I do more than just SQL Server. I enjoy programming. In my former life I have worked with C/C++ and Assembler. As I spent more and more time with SQL Server my programming took a back seat career wise. Having that background though really helps me day in and day out understanding why SQL Server does some of the things it does at the system level.
Fast forward several years and I’ve moved away from C/C++ and spent the last few years learning C#.
Now that I work mostly in C# I do look up solutions for my C# dilemmas on sites like http://www.codeplex.com and http://www.codeproject.com. I love the internet for this very reason, hit a road block do a search and let the collective knowledge of others speed you on your way. But, it can be a trap if you don’t do your own homework.
I write mostly command line or service based tools these days not having any real talent for GUI’s to speak of. Being a person obsessed with performance I build these things to be multi-threaded, especially with today’s computers having multiple cores and hyper threading it just makes since to take advantage of the processing power. This is all fine and dandy until you want to have multiple threads access a single file and all your threads hang out waiting for access.
So, I do what I always do, ask by best friend Google what the heck is going on. As usual, he gave me several quality links and everything pointed to the underlying file not being set in asynchronous mode. Now having done a lot of C++ I knew about asynchronous IO, buffered and un-buffered. I could have made unmanaged code calls to open or create the file and pass the safe handle back, but just like it sounds it is kind of a pain to setup and if you are going down that path you might as well code it all up in C++ anyway.

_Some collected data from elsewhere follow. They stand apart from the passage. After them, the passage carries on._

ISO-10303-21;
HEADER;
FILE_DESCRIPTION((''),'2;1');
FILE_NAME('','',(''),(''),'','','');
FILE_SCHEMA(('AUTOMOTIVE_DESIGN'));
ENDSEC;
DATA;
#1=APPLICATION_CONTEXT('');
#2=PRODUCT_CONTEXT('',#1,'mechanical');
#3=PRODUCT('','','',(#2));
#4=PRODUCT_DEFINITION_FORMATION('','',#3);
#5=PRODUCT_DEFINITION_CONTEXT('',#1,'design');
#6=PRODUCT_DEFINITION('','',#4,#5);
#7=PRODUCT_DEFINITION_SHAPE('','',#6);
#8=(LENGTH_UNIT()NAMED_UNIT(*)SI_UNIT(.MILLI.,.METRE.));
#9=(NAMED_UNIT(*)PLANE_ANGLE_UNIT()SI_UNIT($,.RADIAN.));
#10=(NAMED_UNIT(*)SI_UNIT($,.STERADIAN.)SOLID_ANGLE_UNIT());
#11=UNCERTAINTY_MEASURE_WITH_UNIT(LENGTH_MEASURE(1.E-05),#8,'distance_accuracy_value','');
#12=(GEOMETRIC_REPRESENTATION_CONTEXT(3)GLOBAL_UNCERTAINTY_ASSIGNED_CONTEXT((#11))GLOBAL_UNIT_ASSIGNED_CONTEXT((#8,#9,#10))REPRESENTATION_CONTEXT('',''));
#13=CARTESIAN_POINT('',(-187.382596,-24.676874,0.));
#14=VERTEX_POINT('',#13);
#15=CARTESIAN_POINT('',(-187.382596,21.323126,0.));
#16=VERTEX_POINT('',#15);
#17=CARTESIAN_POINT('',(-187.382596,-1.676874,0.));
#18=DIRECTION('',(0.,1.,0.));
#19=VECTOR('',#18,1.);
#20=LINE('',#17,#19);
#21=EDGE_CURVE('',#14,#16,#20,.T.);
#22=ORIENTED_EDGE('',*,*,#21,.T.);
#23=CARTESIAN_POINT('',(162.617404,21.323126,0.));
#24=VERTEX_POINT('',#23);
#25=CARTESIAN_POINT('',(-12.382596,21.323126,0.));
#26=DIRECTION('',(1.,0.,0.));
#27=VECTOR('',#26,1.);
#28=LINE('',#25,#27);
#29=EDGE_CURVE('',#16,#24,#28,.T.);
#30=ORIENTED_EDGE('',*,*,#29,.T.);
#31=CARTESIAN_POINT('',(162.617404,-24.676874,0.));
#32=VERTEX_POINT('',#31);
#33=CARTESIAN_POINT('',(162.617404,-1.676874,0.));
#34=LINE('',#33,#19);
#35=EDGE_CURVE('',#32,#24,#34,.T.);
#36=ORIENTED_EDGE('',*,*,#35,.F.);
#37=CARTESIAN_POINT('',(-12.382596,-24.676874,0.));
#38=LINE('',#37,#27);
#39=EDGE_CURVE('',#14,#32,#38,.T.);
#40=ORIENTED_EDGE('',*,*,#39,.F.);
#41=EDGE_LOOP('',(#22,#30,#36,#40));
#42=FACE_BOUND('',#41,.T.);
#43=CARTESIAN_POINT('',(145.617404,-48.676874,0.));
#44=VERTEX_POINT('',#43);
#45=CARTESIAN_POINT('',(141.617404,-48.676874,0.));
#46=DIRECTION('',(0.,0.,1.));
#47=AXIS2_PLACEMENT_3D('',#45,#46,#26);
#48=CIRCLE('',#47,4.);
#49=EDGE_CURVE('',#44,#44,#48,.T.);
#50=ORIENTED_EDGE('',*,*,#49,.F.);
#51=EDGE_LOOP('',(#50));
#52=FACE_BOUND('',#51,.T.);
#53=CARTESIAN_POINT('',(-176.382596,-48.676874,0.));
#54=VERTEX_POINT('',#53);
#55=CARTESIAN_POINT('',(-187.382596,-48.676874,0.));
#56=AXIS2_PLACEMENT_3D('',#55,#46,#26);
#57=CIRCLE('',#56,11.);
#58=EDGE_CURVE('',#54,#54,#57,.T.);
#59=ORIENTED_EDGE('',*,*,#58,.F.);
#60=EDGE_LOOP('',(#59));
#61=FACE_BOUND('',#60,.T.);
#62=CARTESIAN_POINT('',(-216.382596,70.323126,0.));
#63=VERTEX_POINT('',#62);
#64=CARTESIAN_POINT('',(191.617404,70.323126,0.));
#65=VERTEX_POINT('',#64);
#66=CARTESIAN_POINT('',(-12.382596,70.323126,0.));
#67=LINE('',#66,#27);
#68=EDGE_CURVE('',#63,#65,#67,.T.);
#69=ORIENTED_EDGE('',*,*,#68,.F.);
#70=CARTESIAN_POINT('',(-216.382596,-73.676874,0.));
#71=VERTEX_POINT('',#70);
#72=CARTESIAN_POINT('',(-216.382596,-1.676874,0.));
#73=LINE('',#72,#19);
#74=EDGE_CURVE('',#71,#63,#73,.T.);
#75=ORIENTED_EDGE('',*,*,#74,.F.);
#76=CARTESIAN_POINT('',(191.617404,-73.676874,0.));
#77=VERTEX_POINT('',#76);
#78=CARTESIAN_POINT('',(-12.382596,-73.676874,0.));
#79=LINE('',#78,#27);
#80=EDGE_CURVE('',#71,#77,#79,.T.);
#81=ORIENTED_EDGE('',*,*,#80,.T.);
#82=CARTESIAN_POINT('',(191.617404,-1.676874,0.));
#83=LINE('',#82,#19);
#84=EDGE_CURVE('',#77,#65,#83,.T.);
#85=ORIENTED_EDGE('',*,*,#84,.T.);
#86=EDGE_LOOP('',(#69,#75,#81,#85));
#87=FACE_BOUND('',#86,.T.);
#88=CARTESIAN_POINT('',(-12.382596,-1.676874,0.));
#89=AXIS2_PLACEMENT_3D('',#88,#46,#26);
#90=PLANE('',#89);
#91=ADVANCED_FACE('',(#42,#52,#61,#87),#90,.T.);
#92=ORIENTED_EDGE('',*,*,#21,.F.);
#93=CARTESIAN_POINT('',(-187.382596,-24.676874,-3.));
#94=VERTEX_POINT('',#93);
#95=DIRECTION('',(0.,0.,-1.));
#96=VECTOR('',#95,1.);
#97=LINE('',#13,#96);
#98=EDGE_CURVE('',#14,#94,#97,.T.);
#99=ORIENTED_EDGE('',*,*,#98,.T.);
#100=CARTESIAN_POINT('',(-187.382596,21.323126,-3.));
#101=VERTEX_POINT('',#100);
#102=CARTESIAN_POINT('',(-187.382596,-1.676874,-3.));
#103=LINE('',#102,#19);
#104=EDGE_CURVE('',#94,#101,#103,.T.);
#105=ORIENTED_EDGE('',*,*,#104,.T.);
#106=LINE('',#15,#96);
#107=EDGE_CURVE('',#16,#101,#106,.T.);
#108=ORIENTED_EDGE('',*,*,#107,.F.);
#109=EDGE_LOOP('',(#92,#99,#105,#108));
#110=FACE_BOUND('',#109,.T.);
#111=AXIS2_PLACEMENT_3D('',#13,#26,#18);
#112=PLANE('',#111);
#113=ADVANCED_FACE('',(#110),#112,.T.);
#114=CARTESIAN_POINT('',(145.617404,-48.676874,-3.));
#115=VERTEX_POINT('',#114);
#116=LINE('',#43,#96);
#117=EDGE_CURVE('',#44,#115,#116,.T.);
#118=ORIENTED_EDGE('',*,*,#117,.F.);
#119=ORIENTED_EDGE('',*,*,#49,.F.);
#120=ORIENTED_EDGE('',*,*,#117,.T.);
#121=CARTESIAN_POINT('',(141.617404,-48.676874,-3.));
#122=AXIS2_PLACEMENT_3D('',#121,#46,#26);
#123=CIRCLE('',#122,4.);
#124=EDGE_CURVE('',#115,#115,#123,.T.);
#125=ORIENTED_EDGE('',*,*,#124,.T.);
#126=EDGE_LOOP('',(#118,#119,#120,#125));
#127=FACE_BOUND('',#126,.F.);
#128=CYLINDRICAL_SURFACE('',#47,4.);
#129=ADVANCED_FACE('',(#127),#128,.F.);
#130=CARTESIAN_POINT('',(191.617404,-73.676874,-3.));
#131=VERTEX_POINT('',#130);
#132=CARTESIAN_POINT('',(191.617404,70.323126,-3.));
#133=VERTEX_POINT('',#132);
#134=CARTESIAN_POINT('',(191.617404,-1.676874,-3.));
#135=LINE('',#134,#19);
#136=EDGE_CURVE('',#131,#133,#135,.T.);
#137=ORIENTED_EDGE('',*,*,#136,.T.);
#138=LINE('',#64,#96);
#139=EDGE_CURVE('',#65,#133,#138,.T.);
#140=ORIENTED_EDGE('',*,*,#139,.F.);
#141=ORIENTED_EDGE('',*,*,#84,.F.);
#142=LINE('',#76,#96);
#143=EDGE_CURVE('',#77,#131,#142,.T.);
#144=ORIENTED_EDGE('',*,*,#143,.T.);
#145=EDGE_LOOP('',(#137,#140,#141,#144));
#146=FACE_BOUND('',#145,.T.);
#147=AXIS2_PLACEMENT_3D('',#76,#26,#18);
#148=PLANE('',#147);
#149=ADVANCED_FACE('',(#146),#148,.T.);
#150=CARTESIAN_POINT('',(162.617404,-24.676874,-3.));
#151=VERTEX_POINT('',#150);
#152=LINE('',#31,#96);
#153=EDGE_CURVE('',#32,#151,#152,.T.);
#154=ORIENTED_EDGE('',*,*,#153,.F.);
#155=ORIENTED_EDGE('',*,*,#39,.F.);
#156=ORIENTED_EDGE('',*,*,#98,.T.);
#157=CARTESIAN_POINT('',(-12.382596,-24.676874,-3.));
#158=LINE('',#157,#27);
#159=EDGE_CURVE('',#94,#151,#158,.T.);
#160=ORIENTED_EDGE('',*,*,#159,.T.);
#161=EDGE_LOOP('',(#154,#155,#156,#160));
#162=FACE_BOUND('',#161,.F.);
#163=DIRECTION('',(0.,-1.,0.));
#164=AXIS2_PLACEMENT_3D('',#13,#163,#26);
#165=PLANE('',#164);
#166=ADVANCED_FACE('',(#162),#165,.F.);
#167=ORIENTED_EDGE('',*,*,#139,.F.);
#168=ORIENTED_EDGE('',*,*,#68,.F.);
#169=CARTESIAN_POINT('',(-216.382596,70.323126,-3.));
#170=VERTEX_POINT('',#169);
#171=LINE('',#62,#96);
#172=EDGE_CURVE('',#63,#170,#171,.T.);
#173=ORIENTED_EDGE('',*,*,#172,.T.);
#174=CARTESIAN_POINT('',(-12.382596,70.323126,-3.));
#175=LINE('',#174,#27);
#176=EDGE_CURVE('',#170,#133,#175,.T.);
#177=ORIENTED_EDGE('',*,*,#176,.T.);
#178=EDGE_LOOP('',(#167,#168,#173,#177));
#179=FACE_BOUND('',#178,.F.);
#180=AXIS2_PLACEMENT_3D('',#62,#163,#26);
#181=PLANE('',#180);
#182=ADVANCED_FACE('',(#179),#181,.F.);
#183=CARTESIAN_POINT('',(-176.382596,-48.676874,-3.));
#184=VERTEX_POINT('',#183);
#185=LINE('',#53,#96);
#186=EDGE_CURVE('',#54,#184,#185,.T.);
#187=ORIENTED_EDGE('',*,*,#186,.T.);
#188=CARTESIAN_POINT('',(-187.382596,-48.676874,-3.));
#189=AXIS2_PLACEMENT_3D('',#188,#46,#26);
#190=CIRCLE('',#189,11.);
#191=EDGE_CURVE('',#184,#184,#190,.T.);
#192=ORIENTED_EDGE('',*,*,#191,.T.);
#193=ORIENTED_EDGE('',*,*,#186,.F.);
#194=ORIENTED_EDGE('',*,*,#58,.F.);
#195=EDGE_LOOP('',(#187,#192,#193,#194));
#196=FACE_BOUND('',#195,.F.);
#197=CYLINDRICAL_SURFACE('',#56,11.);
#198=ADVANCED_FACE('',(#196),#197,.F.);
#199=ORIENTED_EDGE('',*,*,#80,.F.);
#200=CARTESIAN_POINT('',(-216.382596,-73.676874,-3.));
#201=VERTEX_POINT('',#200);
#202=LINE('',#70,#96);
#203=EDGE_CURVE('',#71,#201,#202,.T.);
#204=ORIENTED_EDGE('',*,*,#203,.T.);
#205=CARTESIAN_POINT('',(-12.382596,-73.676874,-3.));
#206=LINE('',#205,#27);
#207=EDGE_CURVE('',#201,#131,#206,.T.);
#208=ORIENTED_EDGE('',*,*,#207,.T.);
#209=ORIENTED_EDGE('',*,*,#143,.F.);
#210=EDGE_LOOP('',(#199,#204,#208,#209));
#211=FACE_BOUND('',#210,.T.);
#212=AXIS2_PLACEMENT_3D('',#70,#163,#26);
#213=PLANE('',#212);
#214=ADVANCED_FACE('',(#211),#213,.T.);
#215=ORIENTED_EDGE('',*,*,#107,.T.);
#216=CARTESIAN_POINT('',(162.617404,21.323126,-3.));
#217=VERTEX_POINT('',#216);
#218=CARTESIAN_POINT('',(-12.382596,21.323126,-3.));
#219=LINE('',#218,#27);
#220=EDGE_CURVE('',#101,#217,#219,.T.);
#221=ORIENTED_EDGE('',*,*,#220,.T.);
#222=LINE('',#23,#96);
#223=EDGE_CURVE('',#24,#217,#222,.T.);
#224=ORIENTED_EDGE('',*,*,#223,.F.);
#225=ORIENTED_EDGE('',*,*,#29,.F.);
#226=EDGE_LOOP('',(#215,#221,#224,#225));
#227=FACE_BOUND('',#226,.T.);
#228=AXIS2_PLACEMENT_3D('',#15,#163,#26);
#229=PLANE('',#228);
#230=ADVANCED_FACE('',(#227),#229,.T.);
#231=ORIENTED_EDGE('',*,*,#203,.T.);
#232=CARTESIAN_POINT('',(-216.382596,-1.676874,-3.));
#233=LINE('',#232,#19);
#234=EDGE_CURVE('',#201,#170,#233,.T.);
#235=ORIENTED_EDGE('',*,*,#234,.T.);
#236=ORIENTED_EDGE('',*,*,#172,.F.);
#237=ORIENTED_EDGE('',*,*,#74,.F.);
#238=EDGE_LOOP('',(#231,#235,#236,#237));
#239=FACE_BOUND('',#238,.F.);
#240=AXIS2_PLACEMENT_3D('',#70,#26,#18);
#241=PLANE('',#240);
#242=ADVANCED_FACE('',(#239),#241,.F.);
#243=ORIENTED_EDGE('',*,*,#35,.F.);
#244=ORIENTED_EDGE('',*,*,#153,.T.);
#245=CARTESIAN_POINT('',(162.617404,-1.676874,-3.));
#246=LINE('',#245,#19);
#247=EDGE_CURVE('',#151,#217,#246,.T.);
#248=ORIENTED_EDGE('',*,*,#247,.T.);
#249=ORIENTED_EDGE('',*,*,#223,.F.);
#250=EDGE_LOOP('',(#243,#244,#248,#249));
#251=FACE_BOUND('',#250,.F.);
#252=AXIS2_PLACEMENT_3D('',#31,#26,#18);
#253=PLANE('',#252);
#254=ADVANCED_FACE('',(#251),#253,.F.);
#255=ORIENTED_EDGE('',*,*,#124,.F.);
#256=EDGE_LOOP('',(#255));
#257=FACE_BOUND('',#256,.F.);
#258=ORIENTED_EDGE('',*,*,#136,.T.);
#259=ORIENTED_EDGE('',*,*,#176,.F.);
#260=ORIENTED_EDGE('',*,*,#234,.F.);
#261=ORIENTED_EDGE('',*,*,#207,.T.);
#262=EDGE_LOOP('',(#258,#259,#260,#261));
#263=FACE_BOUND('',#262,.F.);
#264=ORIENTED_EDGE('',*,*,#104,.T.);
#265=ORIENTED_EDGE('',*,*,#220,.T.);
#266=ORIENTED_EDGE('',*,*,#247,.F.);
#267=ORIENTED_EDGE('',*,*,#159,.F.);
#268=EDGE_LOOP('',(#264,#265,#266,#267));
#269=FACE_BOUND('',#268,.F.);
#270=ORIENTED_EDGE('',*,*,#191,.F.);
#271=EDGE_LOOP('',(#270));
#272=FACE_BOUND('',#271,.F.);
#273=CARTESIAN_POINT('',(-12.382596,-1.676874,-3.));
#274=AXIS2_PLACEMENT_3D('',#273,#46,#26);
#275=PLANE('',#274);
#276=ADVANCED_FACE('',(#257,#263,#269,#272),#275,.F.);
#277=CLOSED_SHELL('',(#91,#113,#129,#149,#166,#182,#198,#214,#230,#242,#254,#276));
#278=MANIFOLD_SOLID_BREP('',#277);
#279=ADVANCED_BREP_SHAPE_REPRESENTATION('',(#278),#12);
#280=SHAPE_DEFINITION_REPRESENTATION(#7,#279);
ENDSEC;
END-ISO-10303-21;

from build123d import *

# Parameters (mm, degrees)
F0_W     = 408
F0_H     = 144
F0_R     = 11
F0_R_2   = 4
F0_W_2   = 350
F0_H_2   = 46
F1_DEPTH = 3


with BuildPart() as f1:
    # F0 (on Top) → F1 (new body)
    with BuildSketch(Plane.XY):
        with Locations((-12.382596, -1.676874)):
            Rectangle(F0_W, F0_H)
        with Locations((-187.382596, -48.676874)):
            Circle(F0_R, mode=Mode.SUBTRACT)
        with Locations((141.617404, -48.676874)):
            Circle(F0_R_2, mode=Mode.SUBTRACT)
        with Locations((-12.382596, -1.676874)):
            Rectangle(F0_W_2, F0_H_2, mode=Mode.SUBTRACT)
    extrude(amount=-F1_DEPTH)


solid = f1.part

Doing a little reading on MSDN I found all the little bits I needed to set everything to rights. I set up everything to do asynchronous IO and I started my test run again. It ran just like it had before slow and painful. Again, I had Mr. Google go out and look for a solution for me, sometimes being lazy is a bad thing, and he came back with several hits where people had also had similar issues. I knew I wasn’t the only one! The general solution? Something I consider very, very .Net, use a background thread and a delegate to keep the file access from halting your main thread, so your app “feels” responsive. It is still doing synchronous IO. Your main thread goes along but all file access is still bottle-necked on a single reader/writer thread. Sure, it solves the issue of program “freezing” up on file access but doesn’t really solve the problem of slow file access that I am really trying to fix.
I know that SQL Server uses asynchronous un-buffered IO to get performance from the file system. I did some refresh reading on the MSDN site again and struck gold. Writes to the file system may OR may not be asynchronous depending on several factors. One of which is, if the file must be extended everything goes back to synchronous IO while it extends the file. Well, since I was working with a filestream and a newly created file every time I was pretty much guaranteeing that I would be synchronous no matter what. At this point I dropped back to C++. I started to code it up when I realized I was doing things differently in my C++ version.

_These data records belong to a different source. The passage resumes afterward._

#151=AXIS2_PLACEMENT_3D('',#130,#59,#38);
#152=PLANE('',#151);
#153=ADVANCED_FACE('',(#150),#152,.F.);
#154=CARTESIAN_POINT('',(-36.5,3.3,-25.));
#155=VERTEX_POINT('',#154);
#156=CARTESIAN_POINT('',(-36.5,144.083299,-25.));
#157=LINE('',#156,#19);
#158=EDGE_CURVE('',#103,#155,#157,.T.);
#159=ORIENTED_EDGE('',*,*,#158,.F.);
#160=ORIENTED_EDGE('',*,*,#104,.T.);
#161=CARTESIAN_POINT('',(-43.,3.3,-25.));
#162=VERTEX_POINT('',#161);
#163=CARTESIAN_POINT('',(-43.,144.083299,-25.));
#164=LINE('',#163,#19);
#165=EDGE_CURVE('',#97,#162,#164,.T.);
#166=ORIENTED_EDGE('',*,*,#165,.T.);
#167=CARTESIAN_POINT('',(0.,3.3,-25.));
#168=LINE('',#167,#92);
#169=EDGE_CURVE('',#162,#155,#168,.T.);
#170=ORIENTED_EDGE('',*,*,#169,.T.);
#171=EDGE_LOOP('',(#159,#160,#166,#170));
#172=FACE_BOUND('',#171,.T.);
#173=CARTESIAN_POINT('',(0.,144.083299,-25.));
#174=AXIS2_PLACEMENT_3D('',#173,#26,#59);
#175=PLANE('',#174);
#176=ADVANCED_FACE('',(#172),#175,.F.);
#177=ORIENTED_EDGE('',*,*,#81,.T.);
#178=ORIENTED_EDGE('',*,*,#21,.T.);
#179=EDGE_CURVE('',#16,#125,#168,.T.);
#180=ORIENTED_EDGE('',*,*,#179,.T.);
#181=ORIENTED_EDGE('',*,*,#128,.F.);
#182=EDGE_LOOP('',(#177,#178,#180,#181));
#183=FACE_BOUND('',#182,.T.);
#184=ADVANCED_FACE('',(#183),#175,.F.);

I was manually creating the file and doing an initial allocation growing it out to the size the file buffer and the file length on close if need be.

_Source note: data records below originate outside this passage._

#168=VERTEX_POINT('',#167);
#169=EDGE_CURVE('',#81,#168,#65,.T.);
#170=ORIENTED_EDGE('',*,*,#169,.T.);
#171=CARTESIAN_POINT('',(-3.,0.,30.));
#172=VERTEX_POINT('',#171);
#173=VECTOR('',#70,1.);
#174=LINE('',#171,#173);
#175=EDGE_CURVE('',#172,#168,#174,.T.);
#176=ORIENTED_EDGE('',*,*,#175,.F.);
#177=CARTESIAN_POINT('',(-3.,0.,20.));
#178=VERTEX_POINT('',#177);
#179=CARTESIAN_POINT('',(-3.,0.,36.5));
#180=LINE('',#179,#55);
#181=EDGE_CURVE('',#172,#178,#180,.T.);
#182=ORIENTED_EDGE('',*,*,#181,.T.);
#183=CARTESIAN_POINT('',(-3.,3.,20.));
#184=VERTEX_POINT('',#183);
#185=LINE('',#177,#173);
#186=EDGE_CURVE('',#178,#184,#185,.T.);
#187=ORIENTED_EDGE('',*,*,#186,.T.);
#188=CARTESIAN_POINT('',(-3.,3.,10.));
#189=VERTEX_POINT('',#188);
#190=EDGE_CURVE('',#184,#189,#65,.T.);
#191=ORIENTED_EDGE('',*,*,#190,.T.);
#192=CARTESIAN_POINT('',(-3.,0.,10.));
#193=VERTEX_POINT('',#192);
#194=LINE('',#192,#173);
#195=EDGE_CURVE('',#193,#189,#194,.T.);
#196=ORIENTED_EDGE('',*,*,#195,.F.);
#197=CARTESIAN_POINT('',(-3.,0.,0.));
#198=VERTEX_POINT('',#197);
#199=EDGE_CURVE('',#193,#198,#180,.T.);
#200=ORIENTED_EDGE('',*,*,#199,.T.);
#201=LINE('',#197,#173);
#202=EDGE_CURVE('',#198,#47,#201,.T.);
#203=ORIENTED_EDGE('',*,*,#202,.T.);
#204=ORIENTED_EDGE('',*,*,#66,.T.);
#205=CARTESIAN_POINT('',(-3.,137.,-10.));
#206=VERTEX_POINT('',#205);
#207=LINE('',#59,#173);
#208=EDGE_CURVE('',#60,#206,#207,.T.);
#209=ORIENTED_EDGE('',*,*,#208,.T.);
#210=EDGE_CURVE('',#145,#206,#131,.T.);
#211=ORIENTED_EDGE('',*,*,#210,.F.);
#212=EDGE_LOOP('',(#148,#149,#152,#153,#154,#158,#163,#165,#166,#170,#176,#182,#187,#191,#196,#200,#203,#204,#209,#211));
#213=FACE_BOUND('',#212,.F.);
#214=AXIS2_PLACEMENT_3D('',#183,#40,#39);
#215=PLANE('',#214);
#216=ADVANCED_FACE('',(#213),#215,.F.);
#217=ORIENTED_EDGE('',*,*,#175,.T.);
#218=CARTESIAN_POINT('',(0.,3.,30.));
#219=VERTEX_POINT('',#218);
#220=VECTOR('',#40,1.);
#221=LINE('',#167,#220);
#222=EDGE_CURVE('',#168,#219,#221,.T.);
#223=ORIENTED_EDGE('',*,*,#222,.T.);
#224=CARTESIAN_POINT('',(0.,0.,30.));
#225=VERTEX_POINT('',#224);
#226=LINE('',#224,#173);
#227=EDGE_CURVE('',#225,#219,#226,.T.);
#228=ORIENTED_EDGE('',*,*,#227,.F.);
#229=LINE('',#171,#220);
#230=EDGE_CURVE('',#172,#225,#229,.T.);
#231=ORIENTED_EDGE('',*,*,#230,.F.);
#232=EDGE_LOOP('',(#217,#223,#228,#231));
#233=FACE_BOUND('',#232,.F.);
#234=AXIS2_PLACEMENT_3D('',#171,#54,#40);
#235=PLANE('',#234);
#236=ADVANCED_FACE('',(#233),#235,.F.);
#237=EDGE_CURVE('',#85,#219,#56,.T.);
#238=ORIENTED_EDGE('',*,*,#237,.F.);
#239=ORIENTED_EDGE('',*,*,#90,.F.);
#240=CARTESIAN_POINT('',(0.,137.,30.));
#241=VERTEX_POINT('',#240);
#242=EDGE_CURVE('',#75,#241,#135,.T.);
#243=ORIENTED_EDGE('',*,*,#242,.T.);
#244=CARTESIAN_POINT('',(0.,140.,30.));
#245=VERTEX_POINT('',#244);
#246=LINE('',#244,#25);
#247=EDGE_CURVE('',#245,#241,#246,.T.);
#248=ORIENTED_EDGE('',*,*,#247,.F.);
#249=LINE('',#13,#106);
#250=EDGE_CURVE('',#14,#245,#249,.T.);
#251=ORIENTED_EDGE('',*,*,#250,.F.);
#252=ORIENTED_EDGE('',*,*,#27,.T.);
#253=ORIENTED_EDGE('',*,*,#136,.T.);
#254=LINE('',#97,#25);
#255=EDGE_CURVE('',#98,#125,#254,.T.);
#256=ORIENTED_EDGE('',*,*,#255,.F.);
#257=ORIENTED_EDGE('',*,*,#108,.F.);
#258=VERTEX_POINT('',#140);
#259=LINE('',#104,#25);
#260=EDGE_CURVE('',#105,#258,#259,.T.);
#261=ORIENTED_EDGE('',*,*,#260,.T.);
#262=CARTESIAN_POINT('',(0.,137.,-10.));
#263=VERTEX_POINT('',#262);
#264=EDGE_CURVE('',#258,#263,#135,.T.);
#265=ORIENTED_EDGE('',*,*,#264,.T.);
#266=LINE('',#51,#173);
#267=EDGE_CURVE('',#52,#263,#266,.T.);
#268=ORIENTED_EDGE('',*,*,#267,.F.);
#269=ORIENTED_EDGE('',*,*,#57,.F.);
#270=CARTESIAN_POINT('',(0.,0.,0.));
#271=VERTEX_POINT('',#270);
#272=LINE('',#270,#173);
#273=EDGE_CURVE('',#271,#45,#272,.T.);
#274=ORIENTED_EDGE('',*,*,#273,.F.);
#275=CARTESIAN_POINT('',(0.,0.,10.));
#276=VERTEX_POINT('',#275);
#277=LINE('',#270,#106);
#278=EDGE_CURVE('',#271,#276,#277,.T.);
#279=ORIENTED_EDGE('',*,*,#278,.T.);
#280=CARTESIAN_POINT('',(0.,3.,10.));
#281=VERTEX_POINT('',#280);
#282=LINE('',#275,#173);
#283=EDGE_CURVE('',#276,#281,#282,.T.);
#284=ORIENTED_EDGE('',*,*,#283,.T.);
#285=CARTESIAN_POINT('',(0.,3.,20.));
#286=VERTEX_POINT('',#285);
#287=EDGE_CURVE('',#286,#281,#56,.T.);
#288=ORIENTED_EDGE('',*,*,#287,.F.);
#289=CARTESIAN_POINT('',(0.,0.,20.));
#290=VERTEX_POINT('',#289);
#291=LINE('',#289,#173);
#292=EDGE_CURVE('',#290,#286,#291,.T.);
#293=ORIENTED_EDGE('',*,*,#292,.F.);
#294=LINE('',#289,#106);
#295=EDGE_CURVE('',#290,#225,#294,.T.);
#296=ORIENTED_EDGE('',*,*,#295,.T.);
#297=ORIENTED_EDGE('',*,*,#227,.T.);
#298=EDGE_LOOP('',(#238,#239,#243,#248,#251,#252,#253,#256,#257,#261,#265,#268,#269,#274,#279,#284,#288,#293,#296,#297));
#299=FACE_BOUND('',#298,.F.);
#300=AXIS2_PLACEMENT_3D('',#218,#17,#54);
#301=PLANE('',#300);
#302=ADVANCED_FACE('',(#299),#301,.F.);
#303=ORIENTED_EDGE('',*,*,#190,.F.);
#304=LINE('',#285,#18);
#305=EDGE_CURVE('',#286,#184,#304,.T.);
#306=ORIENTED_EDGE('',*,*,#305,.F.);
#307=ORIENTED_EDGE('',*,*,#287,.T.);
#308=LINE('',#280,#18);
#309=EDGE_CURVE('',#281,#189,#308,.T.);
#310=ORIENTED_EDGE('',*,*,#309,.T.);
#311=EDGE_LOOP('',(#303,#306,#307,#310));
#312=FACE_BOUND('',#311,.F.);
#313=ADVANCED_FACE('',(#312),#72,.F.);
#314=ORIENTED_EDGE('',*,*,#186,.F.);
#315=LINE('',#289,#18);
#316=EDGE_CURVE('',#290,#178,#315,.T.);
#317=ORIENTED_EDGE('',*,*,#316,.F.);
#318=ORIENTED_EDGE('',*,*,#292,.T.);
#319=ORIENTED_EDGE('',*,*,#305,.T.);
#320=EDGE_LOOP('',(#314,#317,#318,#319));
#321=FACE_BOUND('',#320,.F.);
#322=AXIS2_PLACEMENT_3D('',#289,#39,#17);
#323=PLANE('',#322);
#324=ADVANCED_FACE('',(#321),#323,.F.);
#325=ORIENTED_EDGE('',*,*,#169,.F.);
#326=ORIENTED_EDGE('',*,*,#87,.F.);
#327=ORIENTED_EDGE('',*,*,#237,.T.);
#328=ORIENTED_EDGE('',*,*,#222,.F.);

I started up my C++ version of the code and watched all the IO calls using Sysinternal’s Process Monitor. I watched my C++ version, and lo, it was doing asynchronous IO in the very beginning then switching to synchronous IO as the file started growing. I fired up my instance of SQL Server and watched as the asynchronous IO trucked right along…. until a file growth happened and everything went synchronous for the duration of the growth.
So, taking that little extra knowledge I manually created my file in C# set an initial default size and wouldn’t you know asynchronous IO kicked right in until it had to grow the file. I had to do a little extra coding watching for how much free space was in the file when I get close I now pause any IO, manually the file by some amount and then start up the writes again keeping things from going into a synchronous mode without me knowing.
So, there you go my little adventure and how my old skills combined with knowing how SQL Server works helped me solve this problem. Never assume that your new skills and old skills won’t overlap.